# EXERCISE
In the records below, find the line with "f 390 389 400" and the line with "f 108 261 257". Print both exactly, along with every line between them, and no other line.

# SUPPLIED ENTRIES

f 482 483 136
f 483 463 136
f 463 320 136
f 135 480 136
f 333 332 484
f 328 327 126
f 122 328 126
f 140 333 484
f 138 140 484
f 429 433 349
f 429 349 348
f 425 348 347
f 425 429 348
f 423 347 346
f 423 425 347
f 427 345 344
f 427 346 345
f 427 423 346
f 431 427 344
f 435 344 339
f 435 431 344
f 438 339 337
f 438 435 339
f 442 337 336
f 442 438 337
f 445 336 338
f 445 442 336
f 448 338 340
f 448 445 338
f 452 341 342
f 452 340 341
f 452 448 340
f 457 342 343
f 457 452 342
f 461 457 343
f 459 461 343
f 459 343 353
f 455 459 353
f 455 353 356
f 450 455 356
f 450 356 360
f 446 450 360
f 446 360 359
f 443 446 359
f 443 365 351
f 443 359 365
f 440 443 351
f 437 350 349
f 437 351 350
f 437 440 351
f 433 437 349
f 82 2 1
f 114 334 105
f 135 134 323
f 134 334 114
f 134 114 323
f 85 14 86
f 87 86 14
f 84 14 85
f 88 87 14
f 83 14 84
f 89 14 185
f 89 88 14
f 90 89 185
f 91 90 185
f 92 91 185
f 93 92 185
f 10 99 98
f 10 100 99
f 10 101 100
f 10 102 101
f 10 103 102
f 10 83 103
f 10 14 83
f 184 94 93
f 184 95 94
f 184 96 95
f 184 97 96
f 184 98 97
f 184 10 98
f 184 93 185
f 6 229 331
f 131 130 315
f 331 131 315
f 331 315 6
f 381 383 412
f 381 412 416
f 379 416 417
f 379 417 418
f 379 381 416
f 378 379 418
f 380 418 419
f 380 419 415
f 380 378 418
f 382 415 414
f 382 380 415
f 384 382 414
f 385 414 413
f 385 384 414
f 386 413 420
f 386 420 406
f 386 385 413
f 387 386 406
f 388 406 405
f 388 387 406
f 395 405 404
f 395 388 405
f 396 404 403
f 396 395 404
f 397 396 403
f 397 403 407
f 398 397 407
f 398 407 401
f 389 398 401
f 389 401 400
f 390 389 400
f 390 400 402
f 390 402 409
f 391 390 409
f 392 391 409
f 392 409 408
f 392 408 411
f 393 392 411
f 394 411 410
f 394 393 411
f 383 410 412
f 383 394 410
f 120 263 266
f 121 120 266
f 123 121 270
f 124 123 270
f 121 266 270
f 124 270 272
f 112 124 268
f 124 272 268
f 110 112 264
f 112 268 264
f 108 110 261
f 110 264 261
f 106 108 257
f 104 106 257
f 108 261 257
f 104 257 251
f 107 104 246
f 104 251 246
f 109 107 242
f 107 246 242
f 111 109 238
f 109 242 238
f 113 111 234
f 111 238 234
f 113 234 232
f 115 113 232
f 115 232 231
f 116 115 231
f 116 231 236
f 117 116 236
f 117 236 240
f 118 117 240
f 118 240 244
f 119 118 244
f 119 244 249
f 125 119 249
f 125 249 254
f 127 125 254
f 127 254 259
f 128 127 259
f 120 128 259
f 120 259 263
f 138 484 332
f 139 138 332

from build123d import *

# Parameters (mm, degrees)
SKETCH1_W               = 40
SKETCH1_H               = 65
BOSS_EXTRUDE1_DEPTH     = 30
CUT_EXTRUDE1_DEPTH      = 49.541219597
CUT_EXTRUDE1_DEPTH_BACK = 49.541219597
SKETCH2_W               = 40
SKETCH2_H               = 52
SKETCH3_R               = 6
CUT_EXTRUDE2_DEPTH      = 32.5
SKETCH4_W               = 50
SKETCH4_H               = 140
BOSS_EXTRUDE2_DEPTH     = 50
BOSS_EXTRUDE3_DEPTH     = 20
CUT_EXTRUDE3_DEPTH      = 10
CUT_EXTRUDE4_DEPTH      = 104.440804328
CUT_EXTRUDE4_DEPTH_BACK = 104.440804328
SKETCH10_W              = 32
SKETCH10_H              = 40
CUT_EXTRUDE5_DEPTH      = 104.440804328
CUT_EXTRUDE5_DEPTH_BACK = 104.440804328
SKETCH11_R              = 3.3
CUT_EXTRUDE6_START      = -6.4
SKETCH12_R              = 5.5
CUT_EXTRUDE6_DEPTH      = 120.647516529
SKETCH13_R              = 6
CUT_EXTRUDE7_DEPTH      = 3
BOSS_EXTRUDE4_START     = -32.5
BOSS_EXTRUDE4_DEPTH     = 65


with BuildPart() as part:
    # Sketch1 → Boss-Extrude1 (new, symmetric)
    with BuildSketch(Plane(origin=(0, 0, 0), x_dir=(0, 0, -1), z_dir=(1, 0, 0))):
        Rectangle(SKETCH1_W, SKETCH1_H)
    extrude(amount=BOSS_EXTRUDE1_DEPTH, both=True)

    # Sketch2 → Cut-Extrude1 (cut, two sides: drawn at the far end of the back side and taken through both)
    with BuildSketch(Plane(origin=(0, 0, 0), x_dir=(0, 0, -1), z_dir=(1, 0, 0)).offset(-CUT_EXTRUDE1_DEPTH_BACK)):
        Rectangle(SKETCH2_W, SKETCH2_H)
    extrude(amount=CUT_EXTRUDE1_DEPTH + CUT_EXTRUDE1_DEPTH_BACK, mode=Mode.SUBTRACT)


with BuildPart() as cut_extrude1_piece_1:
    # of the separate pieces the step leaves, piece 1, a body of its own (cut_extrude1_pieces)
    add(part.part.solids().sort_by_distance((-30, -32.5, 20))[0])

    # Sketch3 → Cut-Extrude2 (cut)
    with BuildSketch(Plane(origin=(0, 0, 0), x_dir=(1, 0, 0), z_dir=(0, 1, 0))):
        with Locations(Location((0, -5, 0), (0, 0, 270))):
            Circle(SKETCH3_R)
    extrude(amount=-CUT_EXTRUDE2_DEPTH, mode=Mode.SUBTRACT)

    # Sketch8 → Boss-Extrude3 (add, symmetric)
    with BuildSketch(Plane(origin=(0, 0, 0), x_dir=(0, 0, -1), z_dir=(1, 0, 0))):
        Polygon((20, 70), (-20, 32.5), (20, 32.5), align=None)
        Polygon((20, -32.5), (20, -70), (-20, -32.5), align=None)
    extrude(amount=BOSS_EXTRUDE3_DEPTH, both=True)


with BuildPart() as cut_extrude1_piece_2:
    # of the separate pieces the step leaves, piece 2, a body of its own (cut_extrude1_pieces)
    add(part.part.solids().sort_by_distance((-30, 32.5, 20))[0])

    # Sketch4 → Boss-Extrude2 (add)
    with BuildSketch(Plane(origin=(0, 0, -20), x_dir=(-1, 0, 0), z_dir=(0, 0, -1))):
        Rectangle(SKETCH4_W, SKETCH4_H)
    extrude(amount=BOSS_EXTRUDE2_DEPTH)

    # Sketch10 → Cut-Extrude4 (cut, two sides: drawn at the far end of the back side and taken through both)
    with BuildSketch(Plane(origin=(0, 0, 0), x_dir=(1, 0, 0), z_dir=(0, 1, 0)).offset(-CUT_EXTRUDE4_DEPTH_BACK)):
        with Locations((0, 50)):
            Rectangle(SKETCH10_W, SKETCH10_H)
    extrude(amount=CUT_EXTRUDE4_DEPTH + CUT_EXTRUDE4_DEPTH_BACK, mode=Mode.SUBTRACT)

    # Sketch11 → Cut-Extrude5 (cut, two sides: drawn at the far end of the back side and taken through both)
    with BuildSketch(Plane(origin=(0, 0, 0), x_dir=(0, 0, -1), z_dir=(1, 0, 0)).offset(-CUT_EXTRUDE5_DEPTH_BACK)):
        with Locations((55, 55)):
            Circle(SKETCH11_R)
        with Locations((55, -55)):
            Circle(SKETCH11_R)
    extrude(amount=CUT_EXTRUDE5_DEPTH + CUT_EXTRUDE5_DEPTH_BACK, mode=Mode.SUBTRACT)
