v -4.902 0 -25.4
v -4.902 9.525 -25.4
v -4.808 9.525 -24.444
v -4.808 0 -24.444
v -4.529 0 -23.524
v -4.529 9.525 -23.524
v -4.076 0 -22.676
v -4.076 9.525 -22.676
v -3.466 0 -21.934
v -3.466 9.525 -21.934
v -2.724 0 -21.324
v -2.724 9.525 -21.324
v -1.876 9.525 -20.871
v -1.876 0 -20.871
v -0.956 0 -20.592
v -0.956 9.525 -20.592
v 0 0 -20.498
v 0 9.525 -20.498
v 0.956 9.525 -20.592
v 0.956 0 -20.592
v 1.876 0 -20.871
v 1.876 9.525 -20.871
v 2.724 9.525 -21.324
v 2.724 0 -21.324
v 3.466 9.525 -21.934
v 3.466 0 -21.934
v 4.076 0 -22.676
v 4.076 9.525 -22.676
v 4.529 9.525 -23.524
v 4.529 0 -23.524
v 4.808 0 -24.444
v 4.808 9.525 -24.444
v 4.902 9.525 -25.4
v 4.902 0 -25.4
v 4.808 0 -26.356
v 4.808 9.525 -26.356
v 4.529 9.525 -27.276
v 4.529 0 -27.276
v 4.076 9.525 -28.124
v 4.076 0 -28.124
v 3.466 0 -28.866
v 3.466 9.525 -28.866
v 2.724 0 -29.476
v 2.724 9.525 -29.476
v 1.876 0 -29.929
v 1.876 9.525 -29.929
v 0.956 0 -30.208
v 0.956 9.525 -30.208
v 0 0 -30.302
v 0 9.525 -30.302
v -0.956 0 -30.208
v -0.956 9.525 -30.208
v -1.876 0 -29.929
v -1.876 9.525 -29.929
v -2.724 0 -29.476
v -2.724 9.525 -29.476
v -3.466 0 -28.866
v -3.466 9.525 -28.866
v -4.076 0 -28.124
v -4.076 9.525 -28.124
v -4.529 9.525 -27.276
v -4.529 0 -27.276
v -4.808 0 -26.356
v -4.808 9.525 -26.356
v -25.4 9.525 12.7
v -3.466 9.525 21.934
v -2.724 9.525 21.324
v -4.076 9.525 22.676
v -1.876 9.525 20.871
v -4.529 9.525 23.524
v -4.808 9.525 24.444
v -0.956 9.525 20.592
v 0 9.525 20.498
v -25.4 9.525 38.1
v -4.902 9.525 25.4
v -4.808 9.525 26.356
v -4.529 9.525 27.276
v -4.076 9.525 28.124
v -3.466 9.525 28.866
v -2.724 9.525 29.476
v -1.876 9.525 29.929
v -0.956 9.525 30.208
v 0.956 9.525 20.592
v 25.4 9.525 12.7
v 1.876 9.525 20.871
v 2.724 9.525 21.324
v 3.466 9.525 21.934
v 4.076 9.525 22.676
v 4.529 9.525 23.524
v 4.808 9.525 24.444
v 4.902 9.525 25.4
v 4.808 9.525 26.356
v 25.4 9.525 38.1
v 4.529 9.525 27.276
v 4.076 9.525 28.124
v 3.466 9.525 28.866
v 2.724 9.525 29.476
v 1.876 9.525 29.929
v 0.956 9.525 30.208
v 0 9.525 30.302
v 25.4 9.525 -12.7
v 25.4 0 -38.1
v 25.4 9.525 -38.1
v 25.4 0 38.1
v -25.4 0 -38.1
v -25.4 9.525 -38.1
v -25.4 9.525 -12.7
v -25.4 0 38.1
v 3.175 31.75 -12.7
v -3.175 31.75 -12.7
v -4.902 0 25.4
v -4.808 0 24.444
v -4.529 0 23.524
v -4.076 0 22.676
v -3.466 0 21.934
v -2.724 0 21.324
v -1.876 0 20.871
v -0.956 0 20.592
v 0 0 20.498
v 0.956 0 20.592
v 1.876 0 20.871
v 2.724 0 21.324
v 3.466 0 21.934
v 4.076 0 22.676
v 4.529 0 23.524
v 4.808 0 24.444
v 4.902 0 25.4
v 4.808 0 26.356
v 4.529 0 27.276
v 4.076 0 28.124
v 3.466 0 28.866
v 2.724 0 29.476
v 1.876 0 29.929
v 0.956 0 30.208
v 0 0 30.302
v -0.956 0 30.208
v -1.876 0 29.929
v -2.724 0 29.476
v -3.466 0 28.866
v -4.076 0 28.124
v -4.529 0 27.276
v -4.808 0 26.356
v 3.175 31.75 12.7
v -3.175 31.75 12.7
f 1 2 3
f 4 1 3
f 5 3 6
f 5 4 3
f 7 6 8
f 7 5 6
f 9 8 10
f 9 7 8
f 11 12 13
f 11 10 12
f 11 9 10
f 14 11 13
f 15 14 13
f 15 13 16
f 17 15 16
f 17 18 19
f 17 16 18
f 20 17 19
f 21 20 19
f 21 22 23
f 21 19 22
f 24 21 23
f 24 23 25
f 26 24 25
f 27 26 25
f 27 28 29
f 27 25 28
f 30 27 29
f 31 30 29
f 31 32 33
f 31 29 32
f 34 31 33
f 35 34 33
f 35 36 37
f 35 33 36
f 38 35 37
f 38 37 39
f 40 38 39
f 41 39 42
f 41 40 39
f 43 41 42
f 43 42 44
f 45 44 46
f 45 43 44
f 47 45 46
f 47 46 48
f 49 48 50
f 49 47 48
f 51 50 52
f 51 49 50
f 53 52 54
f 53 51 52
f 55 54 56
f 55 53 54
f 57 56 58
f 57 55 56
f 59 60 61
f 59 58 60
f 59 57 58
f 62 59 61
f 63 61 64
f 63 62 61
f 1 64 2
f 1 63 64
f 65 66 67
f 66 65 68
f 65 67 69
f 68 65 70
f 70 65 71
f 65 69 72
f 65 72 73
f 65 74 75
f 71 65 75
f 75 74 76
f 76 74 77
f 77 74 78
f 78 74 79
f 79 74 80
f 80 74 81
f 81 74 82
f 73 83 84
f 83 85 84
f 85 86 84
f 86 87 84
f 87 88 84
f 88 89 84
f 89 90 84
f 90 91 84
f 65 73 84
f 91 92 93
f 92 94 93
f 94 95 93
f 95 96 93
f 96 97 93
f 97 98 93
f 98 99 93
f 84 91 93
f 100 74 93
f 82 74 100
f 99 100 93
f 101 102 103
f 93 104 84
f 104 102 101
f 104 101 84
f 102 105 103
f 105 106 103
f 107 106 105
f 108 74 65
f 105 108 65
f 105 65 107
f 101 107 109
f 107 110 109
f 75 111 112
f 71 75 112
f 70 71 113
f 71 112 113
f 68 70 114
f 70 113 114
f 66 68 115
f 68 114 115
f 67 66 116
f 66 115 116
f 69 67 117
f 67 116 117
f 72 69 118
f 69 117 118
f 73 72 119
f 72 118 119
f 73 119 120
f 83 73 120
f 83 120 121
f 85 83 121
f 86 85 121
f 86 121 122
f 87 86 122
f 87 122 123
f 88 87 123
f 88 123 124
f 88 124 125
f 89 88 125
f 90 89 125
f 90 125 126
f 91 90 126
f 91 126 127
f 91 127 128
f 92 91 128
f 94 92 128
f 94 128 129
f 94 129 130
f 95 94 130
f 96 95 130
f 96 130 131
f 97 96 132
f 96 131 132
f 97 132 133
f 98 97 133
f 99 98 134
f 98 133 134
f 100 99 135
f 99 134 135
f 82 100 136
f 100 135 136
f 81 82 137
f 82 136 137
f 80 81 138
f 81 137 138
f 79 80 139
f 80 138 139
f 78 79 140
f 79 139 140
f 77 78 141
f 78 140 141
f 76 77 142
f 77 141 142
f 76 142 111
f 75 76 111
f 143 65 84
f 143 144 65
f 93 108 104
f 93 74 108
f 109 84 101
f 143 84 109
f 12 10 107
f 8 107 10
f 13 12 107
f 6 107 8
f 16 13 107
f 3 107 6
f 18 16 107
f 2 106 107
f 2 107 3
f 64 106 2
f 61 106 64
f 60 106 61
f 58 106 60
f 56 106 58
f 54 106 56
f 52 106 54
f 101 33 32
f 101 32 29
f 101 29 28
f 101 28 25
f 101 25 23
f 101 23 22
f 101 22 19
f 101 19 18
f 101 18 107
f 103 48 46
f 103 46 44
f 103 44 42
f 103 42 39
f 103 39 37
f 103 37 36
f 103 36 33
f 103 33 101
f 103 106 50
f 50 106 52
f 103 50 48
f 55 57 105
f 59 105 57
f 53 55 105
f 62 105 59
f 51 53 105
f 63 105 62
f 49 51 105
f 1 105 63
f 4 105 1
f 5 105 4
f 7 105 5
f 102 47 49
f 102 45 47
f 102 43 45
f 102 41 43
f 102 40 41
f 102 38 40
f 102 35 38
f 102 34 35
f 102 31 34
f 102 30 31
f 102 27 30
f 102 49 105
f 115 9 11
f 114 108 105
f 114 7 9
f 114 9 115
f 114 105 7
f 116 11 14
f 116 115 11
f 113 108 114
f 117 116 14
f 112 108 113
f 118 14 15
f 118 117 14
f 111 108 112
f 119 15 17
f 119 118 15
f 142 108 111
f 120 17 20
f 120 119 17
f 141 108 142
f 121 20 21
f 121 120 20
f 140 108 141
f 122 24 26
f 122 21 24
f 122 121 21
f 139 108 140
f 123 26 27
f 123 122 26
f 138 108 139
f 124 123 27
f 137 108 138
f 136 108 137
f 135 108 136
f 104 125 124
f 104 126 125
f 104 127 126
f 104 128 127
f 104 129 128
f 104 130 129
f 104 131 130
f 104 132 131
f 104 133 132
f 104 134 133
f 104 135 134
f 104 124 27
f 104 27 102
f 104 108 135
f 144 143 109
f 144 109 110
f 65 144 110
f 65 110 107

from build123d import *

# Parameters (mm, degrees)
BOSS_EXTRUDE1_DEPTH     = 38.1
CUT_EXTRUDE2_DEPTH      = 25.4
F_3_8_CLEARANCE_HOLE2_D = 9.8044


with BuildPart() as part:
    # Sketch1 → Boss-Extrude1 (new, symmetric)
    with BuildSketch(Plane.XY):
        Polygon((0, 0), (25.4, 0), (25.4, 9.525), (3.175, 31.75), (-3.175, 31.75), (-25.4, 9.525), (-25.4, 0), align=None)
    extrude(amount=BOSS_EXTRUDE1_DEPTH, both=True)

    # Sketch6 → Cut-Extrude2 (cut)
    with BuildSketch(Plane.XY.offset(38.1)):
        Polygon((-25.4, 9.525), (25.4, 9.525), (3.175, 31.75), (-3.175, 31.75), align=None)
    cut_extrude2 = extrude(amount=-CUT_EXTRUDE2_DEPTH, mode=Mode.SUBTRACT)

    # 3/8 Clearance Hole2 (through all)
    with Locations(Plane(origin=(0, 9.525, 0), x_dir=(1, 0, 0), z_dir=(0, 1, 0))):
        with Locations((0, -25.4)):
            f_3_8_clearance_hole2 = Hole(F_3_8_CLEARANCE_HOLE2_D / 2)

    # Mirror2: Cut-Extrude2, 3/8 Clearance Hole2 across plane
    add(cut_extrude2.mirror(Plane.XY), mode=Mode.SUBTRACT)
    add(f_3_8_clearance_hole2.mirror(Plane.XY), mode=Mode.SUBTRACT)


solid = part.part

# RESPONSE BELOW
f 390 389 400
f 390 400 402
f 390 402 409
f 391 390 409
f 392 391 409
f 392 409 408
f 392 408 411
f 393 392 411
f 394 411 410
f 394 393 411
f 383 410 412
f 383 394 410
f 120 263 266
f 121 120 266
f 123 121 270
f 124 123 270
f 121 266 270
f 124 270 272
f 112 124 268
f 124 272 268
f 110 112 264
f 112 268 264
f 108 110 261
f 110 264 261
f 106 108 257
f 104 106 257
f 108 261 257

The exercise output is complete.